Adaptive RL for robust control under dynamics shift, with a human-aware avoidance experiment.
A small, focused study of a question at the heart of deploying learned policies on real robots: what happens when the operating conditions change after training, and how do we keep the policy safe and effective?
A standard reinforcement-learning agent often learns a policy that only works well on the exact dynamics it saw during training. This project demonstrates that failure mode on a classic control task and shows that domain randomization — training across a distribution of physical parameters — produces a policy that degrades far more gracefully when the dynamics shift (model mismatch).
src/envs.py # wrapper that sets/randomizes Pendulum physics
src/train.py # train SAC (nominal or domain-randomized)
src/evaluate.py # sweep dynamics shift, plot robustness curves
src/human_aware.py # randomized human keep-out zone (observed by agent)
src/train_human_aware.py # train human-blind vs human-aware agents
src/evaluate_human_aware.py # compare time spent in the human's zone
results/ # output figures
pip install -r requirements.txt
# Experiment 1 - train both agents
python src/train.py --mode nominal --steps 60000 --out models/sac_nominal
python src/train.py --mode randomize --steps 60000 --out models/sac_robust
python src/evaluate.py --models models/sac_nominal models/sac_robust \
--labels "Nominal training" "Domain randomization" \
--out results/shift_robustness.pngThe pendulum mass is shifted away from the value the agents trained on. The nominal agent degrades sharply as the mass grows, while the domain-randomized agent stays more competitive — it generalizes to dynamics it was never trained on at that exact value.

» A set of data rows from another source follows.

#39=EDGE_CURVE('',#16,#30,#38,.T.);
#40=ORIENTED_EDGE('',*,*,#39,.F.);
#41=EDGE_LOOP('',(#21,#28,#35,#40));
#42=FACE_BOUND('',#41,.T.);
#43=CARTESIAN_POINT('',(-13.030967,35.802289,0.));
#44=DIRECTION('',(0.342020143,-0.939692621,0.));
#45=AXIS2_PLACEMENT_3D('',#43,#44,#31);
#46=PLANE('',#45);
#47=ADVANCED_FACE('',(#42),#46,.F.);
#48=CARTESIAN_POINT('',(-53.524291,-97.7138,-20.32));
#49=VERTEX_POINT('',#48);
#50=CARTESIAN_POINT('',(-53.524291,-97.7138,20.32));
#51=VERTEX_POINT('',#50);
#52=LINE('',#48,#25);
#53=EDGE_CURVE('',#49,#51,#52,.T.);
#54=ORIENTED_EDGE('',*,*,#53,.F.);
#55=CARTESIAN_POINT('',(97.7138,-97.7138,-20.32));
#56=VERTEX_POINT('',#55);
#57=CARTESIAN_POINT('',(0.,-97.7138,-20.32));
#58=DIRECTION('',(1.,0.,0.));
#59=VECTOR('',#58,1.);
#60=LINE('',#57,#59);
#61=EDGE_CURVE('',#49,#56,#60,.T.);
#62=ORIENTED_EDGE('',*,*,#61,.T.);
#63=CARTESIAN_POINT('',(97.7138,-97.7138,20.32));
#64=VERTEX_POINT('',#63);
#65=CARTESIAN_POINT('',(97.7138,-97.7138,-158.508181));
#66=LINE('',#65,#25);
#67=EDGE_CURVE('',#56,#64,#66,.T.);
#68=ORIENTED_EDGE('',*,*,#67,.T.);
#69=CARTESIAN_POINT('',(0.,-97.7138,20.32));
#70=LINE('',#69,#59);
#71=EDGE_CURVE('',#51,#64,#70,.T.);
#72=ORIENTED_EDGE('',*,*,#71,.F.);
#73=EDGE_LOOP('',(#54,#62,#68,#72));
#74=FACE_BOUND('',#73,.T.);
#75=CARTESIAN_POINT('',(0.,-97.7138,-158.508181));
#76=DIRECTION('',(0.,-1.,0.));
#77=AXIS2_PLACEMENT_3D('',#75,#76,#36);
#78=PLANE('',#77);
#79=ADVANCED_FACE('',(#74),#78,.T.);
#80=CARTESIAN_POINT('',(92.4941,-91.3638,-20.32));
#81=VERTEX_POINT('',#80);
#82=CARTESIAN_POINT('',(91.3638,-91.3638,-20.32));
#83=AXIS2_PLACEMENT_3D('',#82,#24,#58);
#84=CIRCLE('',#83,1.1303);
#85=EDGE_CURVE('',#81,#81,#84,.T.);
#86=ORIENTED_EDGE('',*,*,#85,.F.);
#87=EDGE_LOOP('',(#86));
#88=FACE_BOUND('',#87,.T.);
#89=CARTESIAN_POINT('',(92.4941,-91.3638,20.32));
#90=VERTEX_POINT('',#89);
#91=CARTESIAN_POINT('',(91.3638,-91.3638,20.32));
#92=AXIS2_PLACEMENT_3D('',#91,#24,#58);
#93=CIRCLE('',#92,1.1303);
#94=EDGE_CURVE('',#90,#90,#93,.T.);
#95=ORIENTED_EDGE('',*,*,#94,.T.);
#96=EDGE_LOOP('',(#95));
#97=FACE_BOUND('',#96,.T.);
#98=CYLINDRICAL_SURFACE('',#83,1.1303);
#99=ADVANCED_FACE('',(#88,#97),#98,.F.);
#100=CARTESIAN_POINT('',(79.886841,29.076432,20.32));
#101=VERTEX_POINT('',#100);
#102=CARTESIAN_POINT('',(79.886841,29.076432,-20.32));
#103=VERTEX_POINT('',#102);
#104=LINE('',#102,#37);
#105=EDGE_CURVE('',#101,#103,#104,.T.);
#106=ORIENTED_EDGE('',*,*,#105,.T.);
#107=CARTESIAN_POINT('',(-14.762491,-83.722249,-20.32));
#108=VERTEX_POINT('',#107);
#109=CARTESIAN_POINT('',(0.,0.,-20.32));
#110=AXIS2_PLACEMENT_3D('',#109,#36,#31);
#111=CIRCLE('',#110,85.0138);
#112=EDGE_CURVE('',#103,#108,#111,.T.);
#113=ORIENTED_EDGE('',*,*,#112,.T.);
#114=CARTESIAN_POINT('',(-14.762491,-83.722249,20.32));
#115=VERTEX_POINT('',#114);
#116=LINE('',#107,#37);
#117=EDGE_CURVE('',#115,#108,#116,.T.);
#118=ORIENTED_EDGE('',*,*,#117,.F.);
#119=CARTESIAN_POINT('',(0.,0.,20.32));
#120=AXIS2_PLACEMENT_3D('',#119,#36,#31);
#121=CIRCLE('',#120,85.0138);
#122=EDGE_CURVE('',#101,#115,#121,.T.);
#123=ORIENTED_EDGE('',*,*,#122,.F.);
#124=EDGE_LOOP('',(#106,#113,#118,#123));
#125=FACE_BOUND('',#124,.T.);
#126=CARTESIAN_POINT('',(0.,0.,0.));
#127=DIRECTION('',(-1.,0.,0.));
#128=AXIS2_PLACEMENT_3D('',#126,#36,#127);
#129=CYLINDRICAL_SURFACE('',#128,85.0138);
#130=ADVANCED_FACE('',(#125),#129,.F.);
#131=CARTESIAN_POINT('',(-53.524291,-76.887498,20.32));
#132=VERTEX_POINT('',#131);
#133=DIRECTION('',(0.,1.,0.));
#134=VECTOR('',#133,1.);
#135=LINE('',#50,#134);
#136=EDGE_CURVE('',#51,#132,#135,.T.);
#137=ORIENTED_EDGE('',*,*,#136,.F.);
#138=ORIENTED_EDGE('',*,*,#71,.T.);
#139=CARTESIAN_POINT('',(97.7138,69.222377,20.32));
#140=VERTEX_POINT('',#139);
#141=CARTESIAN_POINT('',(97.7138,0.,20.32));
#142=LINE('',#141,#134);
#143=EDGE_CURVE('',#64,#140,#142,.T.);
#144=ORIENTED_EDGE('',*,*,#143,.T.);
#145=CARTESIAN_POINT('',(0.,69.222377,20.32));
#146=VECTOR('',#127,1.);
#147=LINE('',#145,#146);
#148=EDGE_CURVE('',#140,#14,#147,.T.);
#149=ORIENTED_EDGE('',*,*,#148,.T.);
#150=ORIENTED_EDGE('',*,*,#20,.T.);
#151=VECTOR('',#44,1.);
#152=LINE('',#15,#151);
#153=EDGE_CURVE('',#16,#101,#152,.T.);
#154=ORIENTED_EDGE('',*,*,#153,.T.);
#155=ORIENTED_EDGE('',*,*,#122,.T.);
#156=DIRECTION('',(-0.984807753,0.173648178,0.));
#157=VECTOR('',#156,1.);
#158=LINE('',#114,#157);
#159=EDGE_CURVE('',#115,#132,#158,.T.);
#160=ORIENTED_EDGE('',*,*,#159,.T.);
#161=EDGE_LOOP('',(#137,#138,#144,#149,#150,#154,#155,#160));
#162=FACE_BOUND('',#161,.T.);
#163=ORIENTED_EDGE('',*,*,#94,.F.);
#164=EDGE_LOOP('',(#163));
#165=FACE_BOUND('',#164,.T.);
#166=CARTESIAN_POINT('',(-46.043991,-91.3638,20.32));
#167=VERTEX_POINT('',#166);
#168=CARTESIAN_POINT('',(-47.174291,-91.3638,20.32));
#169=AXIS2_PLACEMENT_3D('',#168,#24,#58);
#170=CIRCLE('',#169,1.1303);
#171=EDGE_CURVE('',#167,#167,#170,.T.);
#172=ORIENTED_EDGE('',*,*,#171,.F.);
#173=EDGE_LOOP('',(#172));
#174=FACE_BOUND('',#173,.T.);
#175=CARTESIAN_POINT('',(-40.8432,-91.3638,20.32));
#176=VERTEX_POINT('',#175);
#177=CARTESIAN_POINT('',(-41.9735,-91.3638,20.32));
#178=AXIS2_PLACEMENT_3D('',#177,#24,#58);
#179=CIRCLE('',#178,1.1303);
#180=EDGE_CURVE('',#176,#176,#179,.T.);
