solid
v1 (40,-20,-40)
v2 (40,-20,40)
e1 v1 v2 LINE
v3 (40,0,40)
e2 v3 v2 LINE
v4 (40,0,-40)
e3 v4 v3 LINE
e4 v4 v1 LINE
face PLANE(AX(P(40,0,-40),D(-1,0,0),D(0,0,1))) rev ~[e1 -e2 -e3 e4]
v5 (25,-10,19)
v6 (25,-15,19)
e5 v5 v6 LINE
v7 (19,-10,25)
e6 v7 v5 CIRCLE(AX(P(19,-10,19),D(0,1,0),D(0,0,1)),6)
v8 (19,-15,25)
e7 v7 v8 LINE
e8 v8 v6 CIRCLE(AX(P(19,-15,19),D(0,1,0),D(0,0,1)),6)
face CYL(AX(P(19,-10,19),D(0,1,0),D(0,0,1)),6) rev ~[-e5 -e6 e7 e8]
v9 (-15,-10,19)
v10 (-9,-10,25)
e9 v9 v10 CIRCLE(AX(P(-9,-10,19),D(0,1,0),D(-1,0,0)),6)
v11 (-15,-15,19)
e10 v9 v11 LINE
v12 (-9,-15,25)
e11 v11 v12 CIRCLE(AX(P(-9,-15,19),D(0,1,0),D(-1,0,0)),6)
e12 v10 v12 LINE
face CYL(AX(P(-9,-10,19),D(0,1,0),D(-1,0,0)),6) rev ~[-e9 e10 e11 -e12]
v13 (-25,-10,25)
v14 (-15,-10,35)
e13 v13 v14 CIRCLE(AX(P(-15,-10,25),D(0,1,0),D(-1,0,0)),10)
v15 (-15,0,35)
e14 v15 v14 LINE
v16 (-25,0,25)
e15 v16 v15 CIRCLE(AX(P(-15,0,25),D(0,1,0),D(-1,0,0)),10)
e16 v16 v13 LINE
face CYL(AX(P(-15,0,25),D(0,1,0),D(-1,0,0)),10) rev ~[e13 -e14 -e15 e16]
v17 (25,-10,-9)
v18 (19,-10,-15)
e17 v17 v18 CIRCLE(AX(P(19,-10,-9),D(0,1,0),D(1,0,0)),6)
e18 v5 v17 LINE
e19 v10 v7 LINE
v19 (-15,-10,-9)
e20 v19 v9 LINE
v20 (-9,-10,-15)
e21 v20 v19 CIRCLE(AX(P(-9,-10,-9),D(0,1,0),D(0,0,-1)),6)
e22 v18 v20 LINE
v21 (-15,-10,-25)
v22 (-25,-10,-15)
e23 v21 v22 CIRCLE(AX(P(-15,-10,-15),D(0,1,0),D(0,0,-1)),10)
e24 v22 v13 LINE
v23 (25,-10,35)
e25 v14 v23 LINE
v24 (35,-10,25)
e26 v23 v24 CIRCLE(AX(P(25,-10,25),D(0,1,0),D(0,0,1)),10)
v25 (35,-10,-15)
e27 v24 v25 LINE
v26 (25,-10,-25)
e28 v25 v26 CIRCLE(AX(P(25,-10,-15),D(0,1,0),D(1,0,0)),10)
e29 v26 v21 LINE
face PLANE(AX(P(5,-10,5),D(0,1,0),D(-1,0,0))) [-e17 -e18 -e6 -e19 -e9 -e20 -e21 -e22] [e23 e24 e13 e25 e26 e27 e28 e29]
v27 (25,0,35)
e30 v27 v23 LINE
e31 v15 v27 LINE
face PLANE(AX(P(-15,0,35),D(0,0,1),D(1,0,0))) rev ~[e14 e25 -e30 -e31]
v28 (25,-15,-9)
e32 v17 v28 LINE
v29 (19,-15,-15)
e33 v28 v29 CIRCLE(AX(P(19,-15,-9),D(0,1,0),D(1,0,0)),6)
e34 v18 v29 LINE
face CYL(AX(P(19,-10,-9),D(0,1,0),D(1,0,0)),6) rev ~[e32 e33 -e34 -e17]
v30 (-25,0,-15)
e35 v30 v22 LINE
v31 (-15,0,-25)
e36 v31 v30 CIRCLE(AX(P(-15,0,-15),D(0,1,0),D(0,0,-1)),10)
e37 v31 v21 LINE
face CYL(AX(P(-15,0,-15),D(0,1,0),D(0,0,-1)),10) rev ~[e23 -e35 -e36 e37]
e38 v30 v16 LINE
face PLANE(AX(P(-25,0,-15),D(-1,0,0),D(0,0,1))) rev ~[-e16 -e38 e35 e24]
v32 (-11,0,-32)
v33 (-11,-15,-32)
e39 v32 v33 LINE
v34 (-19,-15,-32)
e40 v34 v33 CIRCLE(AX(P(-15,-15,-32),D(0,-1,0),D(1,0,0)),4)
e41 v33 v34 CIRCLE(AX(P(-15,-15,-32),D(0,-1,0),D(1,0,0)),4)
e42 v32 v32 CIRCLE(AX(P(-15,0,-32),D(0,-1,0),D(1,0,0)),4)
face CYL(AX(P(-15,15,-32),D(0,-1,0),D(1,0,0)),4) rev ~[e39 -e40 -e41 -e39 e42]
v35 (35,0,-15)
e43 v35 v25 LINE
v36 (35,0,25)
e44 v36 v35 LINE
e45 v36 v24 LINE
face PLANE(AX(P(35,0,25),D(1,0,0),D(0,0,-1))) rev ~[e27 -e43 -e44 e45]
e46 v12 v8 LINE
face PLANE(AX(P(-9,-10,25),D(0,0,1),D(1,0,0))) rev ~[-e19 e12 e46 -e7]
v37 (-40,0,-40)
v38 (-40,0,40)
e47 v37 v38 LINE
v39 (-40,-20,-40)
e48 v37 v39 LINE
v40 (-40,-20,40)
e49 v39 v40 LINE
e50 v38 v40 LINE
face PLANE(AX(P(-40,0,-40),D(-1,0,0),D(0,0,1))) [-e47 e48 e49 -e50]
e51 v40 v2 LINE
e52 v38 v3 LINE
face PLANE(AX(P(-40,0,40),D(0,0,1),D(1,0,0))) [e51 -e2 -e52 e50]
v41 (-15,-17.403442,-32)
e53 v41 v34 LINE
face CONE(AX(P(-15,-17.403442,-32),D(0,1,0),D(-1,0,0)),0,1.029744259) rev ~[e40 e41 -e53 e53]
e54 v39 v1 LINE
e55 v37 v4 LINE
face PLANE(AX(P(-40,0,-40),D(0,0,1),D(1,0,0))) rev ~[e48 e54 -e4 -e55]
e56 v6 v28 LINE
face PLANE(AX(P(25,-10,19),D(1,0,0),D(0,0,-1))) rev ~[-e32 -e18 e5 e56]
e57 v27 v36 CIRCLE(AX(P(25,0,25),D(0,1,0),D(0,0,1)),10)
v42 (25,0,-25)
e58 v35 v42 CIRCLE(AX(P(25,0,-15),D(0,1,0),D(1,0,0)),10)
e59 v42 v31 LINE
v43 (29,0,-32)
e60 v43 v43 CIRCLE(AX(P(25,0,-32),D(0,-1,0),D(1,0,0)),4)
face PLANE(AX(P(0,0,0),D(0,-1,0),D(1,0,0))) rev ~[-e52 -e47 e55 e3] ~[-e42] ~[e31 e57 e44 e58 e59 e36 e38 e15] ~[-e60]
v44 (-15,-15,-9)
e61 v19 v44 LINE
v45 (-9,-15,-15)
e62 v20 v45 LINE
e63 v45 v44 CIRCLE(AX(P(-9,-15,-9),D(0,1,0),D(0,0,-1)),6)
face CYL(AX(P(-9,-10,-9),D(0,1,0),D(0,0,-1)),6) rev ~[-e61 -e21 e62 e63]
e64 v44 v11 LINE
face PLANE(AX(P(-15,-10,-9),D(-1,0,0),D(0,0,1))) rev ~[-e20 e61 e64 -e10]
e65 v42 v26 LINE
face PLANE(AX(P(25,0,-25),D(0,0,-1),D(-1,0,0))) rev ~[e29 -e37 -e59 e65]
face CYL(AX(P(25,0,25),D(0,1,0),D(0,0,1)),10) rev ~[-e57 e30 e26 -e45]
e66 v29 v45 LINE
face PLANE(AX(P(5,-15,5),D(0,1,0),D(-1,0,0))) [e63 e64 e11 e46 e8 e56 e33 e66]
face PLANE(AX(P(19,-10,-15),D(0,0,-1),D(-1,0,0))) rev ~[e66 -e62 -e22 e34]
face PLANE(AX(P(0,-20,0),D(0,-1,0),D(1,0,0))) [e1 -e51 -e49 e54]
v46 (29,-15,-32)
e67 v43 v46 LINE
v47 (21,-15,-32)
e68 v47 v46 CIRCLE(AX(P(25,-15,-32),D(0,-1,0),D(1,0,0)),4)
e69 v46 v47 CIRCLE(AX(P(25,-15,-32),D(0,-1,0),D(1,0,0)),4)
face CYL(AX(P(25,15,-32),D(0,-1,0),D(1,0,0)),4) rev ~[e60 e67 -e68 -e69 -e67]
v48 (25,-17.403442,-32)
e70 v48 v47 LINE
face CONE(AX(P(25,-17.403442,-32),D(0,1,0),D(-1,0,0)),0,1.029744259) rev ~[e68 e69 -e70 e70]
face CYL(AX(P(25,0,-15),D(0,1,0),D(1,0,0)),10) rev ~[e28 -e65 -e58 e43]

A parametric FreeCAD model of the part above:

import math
import FreeCAD as App
import Part
import Sketcher
Q = App.Units.Quantity

doc = App.newDocument("Part")
body = doc.addObject("PartDesign::Body", "Body")

sketch1 = doc.addObject("Sketcher::SketchObject", "Sketch")
body.addObject(sketch1)
sketch1.AttachmentSupport = (doc.XZ_Plane, [""])
sketch1.MapMode = "FlatFace"
sketch1.addGeometry([
    Part.LineSegment(App.Vector(-40, 40, 0), App.Vector(-40, -40, 0)),
    Part.LineSegment(App.Vector(-40, -40, 0), App.Vector(40, -40, 0)),
    Part.LineSegment(App.Vector(40, -40, 0), App.Vector(40, 40, 0)),
    Part.LineSegment(App.Vector(40, 40, 0), App.Vector(-40, 40, 0)),
], False)
sketch1.addConstraint([
    Sketcher.Constraint("Coincident", 0, 2, 1, 1),
    Sketcher.Constraint("Coincident", 1, 2, 2, 1),
    Sketcher.Constraint("Coincident", 2, 2, 3, 1),
    Sketcher.Constraint("Coincident", 3, 2, 0, 1),
    Sketcher.Constraint("Vertical", 0),
    Sketcher.Constraint("Horizontal", 1),
    Sketcher.Constraint("Vertical", 2),
    Sketcher.Constraint("Horizontal", 3),
    Sketcher.Constraint("Symmetric", 0, 2, 2, 2, -1, 1),
    Sketcher.Constraint("Equal", 3, 0),
    Sketcher.Constraint("DistanceX", 1, 1, 1, 2, Q("80 mm")),
])
pad1 = doc.addObject("PartDesign::Pad", "Pad")
body.addObject(pad1)
pad1.Profile = sketch1
pad1.Length = 20

sketch2 = doc.addObject("Sketcher::SketchObject", "Sketch001")
body.addObject(sketch2)
sketch2.AttachmentSupport = (doc.XZ_Plane, [""])
sketch2.MapMode = "FlatFace"
sketch2.addGeometry([
    Part.Circle(App.Vector(25, -32, 0), App.Vector(0, 0, 1), 4),
    Part.Circle(App.Vector(-15, -32, 0), App.Vector(0, 0, 1), 4),
], False)
sketch2.addConstraint([
    Sketcher.Constraint("Equal", 0, 1),
    Sketcher.Constraint("Horizontal", 0, 3, 1, 3),
    Sketcher.Constraint("Diameter", 0, Q("8 mm")),
    Sketcher.Constraint("DistanceX", -1, 1, 0, 3, Q("25 mm")),
    Sketcher.Constraint("DistanceY", 0, 3, -1, 1, Q("32 mm")),
    Sketcher.Constraint("DistanceX", 1, 3, -1, 1, Q("15 mm")),
])
doc.recompute()
hole = doc.addObject("PartDesign::Hole", "Hole")
body.addObject(hole)
hole.Profile = sketch2
hole.ThreadType = "None"
hole.Diameter = 8
hole.DepthType = "Dimension"
hole.Depth = 15
hole.DrillPoint = "Angled"
hole.DrillPointAngle = 118
hole.Reversed = True

sketch3 = doc.addObject("Sketcher::SketchObject", "Sketch002")
body.addObject(sketch3)
sketch3.AttachmentSupport = (doc.XZ_Plane, [""])
sketch3.MapMode = "FlatFace"
sketch3.addGeometry([
    Part.ArcOfCircle(Part.Circle(App.Vector(-15, 25, 0), App.Vector(0, 0, 1), 10), math.radians(90), math.radians(180)),
    Part.LineSegment(App.Vector(-15, 35, 0), App.Vector(25, 35, 0)),
    Part.ArcOfCircle(Part.Circle(App.Vector(25, 25, 0), App.Vector(0, 0, 1), 10), math.radians(0), math.radians(90)),
    Part.LineSegment(App.Vector(35, 25, 0), App.Vector(35, -15, 0)),
    Part.ArcOfCircle(Part.Circle(App.Vector(25, -15, 0), App.Vector(0, 0, 1), 10), math.radians(-90), math.radians(0)),
    Part.LineSegment(App.Vector(25, -25, 0), App.Vector(-15, -25, 0)),
    Part.ArcOfCircle(Part.Circle(App.Vector(-15, -15, 0), App.Vector(0, 0, 1), 10), math.radians(180), math.radians(270)),
    Part.LineSegment(App.Vector(-25, -15, 0), App.Vector(-25, 25, 0)),
], False)
sketch3.addConstraint([
    Sketcher.Constraint("Tangent", 0, 1, 1, 1),
    Sketcher.Constraint("Tangent", 1, 2, 2, 2),
    Sketcher.Constraint("Tangent", 2, 1, 3, 1),
    Sketcher.Constraint("Tangent", 3, 2, 4, 2),
    Sketcher.Constraint("Tangent", 4, 1, 5, 1),
    Sketcher.Constraint("Tangent", 5, 2, 6, 2),
    Sketcher.Constraint("Tangent", 6, 1, 7, 1),
    Sketcher.Constraint("Tangent", 7, 2, 0, 2),
    Sketcher.Constraint("Horizontal", 1),
    Sketcher.Constraint("Vertical", 3),
    Sketcher.Constraint("Horizontal", 5),
    Sketcher.Constraint("Vertical", 7),
    Sketcher.Constraint("Equal", 0, 2),
    Sketcher.Constraint("Equal", 2, 4),
    Sketcher.Constraint("Equal", 4, 6),
    Sketcher.Constraint("Symmetric", 4, 1, 7, 2, -1, 1),
    Sketcher.Constraint("Equal", 5, 3),
    Sketcher.Constraint("Radius", 0, Q("10 mm")),
    Sketcher.Constraint("DistanceX", 1, 1, 1, 2, Q("40 mm")),
])
pocket1 = doc.addObject("PartDesign::Pocket", "Pocket")
body.addObject(pocket1)
pocket1.Profile = sketch3
pocket1.Length = 10
pocket1.Reversed = True

sketch4 = doc.addObject("Sketcher::SketchObject", "Sketch003")
body.addObject(sketch4)
sketch4.AttachmentSupport = (doc.XZ_Plane, [""])
sketch4.MapMode = "FlatFace"
sketch4.AttachmentOffset = App.Placement(App.Vector(0, 0, 10), App.Rotation())
sketch4.addGeometry([
    Part.ArcOfCircle(Part.Circle(App.Vector(19, -9, 0), App.Vector(0, 0, 1), 6), math.radians(-90), math.radians(0)),
    Part.LineSegment(App.Vector(19, -15, 0), App.Vector(-9, -15, 0)),
    Part.ArcOfCircle(Part.Circle(App.Vector(-9, -9, 0), App.Vector(0, 0, 1), 6), math.radians(180), math.radians(270)),
    Part.LineSegment(App.Vector(-15, -9, 0), App.Vector(-15, 19, 0)),
    Part.ArcOfCircle(Part.Circle(App.Vector(-9, 19, 0), App.Vector(0, 0, 1), 6), math.radians(90), math.radians(180)),
    Part.LineSegment(App.Vector(-9, 25, 0), App.Vector(19, 25, 0)),
    Part.ArcOfCircle(Part.Circle(App.Vector(19, 19, 0), App.Vector(0, 0, 1), 6), math.radians(0), math.radians(90)),
    Part.LineSegment(App.Vector(25, 19, 0), App.Vector(25, -9, 0)),
], False)
sketch4.addConstraint([
    Sketcher.Constraint("Tangent", 0, 1, 1, 1),
    Sketcher.Constraint("Tangent", 1, 2, 2, 2),
    Sketcher.Constraint("Tangent", 2, 1, 3, 1),
    Sketcher.Constraint("Tangent", 3, 2, 4, 2),
    Sketcher.Constraint("Tangent", 4, 1, 5, 1),
    Sketcher.Constraint("Tangent", 5, 2, 6, 2),
    Sketcher.Constraint("Tangent", 6, 1, 7, 1),
    Sketcher.Constraint("Tangent", 7, 2, 0, 2),
    Sketcher.Constraint("Horizontal", 1),
    Sketcher.Constraint("Vertical", 3),
    Sketcher.Constraint("Horizontal", 5),
    Sketcher.Constraint("Vertical", 7),
    Sketcher.Constraint("Equal", 0, 2),
    Sketcher.Constraint("Equal", 2, 4),
    Sketcher.Constraint("Equal", 4, 6),
    Sketcher.Constraint("Equal", 5, 3),
    Sketcher.Constraint("Radius", 0, Q("6 mm")),
    Sketcher.Constraint("DistanceX", 1, 2, 1, 1, Q("28 mm")),
    Sketcher.Constraint("DistanceX", -1, 1, 0, 3, Q("19 mm")),
    Sketcher.Constraint("DistanceY", 0, 3, -1, 1, Q("9 mm")),
])
pocket2 = doc.addObject("PartDesign::Pocket", "Pocket001")
body.addObject(pocket2)
pocket2.Profile = sketch4
pocket2.Length = 5
pocket2.Reversed = True

doc.recompute()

A randomized angular keep-out zone is added near the upright goal, standing in for a human whose position changes every episode. The human's location is appended to the observation, so the agent can see where the human is and adapt. The human-aware agent spends far less time inside the zone than a human-blind baseline, while still solving the task.
python src/train_human_aware.py --penalty 0 --steps 80000 --out models/human_blind
python src/train_human_aware.py --penalty 5 --steps 80000 --out models/human_aware
python src/evaluate_human_aware.py --models models/human_blind models/human_aware \
--labels "Human-blind" "Human-aware" \
--out results/human_avoidance.png- SAC via Stable-Baselines3. The RL algorithm is a well-tested library implementation; the contribution of this repo is the experimental study of robustness and adaptation, not a new optimizer.
- Pendulum-v1. A continuous-control benchmark with directly editable physical parameters (m, l, g), which makes the dynamics-shift experiment clean and fast to run on a laptop.
- Sweep length and gravity jointly, not just mass.
- Add online adaptation: estimate the current dynamics from recent transitions and condition the policy on that estimate.
- Replace model-free SAC with a small model-based agent that learns the dynamics and re-plans.